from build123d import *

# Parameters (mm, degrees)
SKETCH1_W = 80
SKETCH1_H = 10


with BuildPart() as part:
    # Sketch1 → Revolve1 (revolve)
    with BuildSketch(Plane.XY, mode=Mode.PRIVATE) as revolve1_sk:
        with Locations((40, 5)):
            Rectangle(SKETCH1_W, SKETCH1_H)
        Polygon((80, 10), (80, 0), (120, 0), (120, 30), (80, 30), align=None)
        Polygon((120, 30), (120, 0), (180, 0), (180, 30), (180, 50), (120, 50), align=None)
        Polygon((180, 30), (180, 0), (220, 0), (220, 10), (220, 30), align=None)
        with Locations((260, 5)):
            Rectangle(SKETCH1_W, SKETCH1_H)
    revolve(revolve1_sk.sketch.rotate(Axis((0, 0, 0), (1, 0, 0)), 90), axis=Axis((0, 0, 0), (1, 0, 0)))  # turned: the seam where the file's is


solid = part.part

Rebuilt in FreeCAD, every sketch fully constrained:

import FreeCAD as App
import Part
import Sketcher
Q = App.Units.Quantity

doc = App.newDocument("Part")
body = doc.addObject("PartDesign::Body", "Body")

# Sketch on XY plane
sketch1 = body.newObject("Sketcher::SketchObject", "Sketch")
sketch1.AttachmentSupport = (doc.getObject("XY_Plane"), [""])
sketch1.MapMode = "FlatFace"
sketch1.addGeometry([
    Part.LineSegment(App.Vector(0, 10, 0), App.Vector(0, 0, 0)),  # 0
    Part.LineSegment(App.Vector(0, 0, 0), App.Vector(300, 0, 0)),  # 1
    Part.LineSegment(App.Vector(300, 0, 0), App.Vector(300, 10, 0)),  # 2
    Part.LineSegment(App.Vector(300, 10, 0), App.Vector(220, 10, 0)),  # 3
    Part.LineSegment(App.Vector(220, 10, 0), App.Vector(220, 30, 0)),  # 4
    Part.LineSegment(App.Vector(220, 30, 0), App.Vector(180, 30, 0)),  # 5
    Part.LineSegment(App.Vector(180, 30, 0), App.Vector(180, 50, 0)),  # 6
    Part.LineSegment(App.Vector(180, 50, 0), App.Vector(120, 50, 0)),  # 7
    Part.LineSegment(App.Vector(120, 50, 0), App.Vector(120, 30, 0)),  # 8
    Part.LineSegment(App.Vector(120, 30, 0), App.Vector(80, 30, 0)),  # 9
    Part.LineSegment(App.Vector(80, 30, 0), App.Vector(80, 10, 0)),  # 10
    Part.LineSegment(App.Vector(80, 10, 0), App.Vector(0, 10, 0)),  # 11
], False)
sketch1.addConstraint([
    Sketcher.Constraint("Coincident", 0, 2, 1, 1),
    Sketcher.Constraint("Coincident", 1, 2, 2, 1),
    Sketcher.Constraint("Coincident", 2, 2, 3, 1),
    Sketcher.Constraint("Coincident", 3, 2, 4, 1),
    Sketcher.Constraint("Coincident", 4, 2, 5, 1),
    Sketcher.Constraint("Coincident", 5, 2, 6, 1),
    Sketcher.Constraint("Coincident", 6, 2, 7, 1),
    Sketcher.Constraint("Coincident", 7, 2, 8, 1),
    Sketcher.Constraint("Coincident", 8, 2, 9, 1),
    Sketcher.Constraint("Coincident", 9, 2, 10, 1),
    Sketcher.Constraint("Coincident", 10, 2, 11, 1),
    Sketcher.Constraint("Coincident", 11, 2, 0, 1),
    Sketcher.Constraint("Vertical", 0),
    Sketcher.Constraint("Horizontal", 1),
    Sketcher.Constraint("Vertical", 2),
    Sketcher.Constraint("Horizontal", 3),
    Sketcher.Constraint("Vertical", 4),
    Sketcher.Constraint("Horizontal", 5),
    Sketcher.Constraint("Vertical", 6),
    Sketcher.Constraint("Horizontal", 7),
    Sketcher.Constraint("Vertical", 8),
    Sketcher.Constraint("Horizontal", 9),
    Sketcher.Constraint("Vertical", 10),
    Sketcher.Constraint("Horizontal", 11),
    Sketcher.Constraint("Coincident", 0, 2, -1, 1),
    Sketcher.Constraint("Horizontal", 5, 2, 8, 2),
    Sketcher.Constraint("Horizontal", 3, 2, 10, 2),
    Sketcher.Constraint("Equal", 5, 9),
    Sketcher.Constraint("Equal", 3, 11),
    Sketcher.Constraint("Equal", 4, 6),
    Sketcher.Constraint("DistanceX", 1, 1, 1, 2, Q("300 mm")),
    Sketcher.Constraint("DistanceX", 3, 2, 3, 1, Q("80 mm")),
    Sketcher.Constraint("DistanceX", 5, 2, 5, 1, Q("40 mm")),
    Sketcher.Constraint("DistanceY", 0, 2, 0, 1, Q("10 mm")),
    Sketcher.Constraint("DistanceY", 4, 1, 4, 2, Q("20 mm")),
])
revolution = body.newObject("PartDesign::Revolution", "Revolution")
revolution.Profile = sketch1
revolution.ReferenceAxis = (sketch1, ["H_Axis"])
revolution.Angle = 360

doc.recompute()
----
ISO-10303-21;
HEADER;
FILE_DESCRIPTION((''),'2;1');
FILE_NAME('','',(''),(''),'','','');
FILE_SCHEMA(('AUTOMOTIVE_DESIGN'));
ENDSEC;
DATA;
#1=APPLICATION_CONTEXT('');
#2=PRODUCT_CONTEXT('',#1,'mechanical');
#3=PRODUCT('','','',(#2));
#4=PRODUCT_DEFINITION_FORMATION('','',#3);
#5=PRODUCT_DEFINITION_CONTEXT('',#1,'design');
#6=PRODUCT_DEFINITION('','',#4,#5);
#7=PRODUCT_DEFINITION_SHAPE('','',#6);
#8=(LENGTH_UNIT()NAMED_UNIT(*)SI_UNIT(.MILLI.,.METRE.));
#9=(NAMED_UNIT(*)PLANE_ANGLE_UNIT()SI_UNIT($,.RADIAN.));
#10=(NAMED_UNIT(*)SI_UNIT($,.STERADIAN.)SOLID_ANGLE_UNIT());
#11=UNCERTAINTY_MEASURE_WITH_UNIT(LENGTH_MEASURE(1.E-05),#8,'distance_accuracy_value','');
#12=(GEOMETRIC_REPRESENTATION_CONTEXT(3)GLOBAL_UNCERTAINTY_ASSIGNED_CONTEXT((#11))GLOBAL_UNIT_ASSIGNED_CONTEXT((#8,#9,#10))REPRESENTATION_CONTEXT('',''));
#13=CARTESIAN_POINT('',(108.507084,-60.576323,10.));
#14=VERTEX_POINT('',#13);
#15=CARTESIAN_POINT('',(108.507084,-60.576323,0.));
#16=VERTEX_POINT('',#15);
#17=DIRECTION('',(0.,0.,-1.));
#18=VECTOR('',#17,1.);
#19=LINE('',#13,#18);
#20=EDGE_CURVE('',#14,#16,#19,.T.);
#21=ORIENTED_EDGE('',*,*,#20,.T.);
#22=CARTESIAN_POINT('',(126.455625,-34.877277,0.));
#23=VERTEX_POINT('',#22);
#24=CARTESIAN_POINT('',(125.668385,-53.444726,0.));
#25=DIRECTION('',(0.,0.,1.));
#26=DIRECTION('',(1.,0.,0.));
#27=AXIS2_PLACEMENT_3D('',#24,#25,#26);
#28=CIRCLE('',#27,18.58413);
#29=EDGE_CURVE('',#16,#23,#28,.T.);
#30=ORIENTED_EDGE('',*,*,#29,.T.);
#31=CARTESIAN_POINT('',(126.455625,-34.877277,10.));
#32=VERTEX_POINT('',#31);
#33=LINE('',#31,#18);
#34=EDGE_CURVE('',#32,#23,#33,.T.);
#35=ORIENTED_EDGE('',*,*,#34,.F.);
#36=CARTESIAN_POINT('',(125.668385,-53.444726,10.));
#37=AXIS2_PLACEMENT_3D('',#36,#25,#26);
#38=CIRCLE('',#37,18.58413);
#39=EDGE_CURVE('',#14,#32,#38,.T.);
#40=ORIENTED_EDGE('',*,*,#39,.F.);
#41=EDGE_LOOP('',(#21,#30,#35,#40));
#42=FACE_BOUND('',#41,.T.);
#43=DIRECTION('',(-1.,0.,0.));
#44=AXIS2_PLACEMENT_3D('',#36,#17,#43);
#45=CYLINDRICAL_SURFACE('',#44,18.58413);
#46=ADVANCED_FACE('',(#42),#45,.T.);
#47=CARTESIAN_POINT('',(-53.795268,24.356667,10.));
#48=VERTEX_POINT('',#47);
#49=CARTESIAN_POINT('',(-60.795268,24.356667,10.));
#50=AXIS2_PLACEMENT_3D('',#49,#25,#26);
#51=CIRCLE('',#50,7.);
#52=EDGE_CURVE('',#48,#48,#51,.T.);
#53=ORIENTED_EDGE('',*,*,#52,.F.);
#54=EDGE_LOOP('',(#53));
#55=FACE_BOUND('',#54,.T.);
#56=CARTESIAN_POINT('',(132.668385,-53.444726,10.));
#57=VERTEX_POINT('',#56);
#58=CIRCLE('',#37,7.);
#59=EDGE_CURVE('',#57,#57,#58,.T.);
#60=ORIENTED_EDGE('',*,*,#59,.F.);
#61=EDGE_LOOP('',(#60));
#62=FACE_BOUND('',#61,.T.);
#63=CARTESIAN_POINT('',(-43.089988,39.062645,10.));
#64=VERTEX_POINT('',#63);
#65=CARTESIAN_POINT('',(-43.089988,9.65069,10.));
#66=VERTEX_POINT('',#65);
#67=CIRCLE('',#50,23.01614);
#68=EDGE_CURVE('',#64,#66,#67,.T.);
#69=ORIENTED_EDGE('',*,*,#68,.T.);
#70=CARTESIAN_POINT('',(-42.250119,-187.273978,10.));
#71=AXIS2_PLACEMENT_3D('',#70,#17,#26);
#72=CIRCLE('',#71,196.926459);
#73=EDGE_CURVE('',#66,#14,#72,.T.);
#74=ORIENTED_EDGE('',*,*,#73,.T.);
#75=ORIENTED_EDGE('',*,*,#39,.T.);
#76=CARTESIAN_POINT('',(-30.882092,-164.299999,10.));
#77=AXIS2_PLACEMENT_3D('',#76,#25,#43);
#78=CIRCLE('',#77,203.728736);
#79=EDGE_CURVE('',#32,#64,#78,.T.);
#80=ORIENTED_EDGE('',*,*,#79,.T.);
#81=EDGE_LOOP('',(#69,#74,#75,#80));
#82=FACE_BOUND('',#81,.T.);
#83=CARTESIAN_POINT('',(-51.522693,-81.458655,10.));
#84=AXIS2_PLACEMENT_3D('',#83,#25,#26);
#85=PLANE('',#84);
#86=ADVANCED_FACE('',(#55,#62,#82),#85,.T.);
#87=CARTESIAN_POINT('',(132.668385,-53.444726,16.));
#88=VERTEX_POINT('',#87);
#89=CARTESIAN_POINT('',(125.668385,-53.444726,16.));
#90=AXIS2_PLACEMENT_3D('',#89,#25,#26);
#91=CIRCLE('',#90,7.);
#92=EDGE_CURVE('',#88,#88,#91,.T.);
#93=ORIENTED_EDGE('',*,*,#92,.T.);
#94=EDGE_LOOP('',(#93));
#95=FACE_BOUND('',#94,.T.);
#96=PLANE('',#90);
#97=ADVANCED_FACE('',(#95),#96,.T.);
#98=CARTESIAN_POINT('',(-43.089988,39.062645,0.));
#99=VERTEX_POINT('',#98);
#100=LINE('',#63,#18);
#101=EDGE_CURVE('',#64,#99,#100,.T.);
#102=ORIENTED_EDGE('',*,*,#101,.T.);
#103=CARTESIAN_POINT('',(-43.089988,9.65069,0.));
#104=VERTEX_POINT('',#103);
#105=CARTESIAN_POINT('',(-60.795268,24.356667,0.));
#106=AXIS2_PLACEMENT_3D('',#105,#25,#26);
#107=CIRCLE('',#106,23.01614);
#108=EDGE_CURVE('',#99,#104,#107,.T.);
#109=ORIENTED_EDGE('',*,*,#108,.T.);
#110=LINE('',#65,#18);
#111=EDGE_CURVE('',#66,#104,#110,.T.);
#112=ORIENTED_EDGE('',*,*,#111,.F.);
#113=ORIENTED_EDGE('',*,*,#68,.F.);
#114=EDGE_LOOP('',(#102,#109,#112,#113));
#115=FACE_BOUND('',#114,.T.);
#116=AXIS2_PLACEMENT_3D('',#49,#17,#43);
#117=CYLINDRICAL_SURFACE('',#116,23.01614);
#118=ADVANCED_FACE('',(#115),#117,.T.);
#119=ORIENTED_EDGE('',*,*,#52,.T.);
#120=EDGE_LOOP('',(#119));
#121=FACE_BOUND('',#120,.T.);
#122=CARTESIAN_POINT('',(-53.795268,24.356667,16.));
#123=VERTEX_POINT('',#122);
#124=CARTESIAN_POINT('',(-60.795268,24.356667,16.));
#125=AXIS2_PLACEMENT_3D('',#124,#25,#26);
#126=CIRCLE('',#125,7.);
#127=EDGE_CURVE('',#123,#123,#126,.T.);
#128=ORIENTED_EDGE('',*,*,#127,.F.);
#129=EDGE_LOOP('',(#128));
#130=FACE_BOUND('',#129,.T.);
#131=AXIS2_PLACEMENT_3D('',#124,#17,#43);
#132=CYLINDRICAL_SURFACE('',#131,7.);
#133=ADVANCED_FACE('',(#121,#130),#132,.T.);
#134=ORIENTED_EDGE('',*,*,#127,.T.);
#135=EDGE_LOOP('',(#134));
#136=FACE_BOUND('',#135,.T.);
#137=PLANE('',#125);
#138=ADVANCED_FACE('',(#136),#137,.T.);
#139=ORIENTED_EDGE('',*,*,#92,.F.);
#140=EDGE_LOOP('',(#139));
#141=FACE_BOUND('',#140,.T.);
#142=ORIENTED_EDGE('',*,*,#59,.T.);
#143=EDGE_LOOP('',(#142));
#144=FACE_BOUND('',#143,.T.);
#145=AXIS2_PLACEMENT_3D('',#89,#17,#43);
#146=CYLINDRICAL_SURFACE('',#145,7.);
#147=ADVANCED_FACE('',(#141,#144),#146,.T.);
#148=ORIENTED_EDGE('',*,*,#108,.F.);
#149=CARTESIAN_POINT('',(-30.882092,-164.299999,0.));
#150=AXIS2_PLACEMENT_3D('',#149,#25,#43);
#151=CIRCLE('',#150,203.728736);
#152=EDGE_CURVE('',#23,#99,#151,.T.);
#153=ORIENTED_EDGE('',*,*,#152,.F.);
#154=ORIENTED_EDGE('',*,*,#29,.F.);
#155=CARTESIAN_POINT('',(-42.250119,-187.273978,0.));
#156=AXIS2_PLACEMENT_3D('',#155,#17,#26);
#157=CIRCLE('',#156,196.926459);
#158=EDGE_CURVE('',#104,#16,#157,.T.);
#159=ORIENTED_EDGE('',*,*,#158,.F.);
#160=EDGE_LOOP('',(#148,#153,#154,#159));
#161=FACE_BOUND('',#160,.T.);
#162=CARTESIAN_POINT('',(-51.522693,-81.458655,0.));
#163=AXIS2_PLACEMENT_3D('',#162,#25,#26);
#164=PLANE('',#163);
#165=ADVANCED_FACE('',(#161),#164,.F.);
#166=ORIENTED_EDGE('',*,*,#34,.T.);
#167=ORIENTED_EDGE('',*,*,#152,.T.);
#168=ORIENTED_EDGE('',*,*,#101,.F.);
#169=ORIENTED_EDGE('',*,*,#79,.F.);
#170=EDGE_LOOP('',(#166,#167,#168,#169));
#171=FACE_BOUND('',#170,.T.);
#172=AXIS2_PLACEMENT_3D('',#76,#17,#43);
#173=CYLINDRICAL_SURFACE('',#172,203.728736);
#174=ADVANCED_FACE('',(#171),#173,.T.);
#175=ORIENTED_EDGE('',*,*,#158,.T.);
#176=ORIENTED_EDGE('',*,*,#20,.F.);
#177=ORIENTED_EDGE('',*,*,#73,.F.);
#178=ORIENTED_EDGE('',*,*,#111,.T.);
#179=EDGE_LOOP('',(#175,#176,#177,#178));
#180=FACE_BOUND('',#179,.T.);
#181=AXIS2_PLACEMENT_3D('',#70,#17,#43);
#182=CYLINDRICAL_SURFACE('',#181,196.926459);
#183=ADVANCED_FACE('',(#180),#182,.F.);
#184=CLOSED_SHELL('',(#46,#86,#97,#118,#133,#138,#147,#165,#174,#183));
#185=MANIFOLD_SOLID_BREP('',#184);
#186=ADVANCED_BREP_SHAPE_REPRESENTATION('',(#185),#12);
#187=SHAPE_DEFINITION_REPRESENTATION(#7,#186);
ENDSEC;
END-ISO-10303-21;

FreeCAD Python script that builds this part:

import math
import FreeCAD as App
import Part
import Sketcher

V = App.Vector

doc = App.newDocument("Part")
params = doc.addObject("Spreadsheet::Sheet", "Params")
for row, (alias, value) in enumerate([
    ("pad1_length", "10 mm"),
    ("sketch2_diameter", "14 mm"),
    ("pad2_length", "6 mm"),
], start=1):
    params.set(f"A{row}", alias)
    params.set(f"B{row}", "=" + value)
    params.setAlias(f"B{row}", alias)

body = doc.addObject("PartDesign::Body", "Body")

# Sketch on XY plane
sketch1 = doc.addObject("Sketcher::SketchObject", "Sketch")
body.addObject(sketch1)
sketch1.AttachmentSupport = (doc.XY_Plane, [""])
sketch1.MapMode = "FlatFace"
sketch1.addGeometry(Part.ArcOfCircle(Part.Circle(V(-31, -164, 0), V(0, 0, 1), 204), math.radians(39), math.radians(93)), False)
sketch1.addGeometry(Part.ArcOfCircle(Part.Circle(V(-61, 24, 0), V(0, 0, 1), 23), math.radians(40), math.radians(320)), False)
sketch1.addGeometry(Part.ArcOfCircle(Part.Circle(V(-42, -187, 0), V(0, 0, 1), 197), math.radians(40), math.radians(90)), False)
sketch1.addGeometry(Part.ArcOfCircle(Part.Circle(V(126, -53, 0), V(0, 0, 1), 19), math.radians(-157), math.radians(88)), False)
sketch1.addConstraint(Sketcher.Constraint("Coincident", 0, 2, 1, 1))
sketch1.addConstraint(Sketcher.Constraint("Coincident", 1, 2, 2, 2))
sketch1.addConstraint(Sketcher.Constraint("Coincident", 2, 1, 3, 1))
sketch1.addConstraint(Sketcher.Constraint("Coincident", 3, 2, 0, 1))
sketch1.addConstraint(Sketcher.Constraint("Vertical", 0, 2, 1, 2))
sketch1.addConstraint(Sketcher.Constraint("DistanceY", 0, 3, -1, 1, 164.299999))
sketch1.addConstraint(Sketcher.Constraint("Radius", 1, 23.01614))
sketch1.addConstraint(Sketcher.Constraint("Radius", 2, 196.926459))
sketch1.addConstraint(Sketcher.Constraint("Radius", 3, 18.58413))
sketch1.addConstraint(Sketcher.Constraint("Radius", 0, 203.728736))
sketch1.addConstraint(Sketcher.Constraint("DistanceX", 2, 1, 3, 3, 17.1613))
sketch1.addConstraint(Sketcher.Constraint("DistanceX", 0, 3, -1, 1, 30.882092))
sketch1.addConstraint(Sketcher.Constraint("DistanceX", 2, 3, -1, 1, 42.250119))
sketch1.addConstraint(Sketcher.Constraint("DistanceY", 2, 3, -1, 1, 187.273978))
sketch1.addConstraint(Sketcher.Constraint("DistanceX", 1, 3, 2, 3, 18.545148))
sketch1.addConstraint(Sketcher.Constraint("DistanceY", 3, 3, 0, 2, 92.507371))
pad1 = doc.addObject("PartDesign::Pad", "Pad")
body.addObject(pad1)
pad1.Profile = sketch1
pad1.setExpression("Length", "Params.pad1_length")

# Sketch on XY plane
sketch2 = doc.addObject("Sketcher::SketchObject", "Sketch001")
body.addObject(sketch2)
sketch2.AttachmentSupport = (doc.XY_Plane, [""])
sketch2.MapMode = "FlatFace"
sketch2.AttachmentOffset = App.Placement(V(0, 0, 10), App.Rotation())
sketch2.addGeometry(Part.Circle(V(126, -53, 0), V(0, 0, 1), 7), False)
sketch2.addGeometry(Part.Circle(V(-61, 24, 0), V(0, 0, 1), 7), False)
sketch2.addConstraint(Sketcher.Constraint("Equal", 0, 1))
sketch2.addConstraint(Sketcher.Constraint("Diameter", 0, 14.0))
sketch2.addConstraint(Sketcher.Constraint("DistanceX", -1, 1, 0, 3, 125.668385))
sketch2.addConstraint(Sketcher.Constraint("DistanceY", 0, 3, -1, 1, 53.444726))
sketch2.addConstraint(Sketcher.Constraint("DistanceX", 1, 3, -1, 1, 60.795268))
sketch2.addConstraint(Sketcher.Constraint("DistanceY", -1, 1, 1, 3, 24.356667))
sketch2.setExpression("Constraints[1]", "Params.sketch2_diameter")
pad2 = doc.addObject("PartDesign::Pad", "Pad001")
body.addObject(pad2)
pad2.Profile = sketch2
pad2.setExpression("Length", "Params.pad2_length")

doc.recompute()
----
In the entries above, one line contains "#147=ADVANCED_FACE('',(#141,#144),#146,.T.);" and another contains "#154=ORIENTED_EDGE('',*,*,#29,.F.);". Reproduce exactly those two lines and the lines between them, nothing else.

EXERCISE RESULT:
#147=ADVANCED_FACE('',(#141,#144),#146,.T.);
#148=ORIENTED_EDGE('',*,*,#108,.F.);
#149=CARTESIAN_POINT('',(-30.882092,-164.299999,0.));
#150=AXIS2_PLACEMENT_3D('',#149,#25,#43);
#151=CIRCLE('',#150,203.728736);
#152=EDGE_CURVE('',#23,#99,#151,.T.);
#153=ORIENTED_EDGE('',*,*,#152,.F.);
#154=ORIENTED_EDGE('',*,*,#29,.F.);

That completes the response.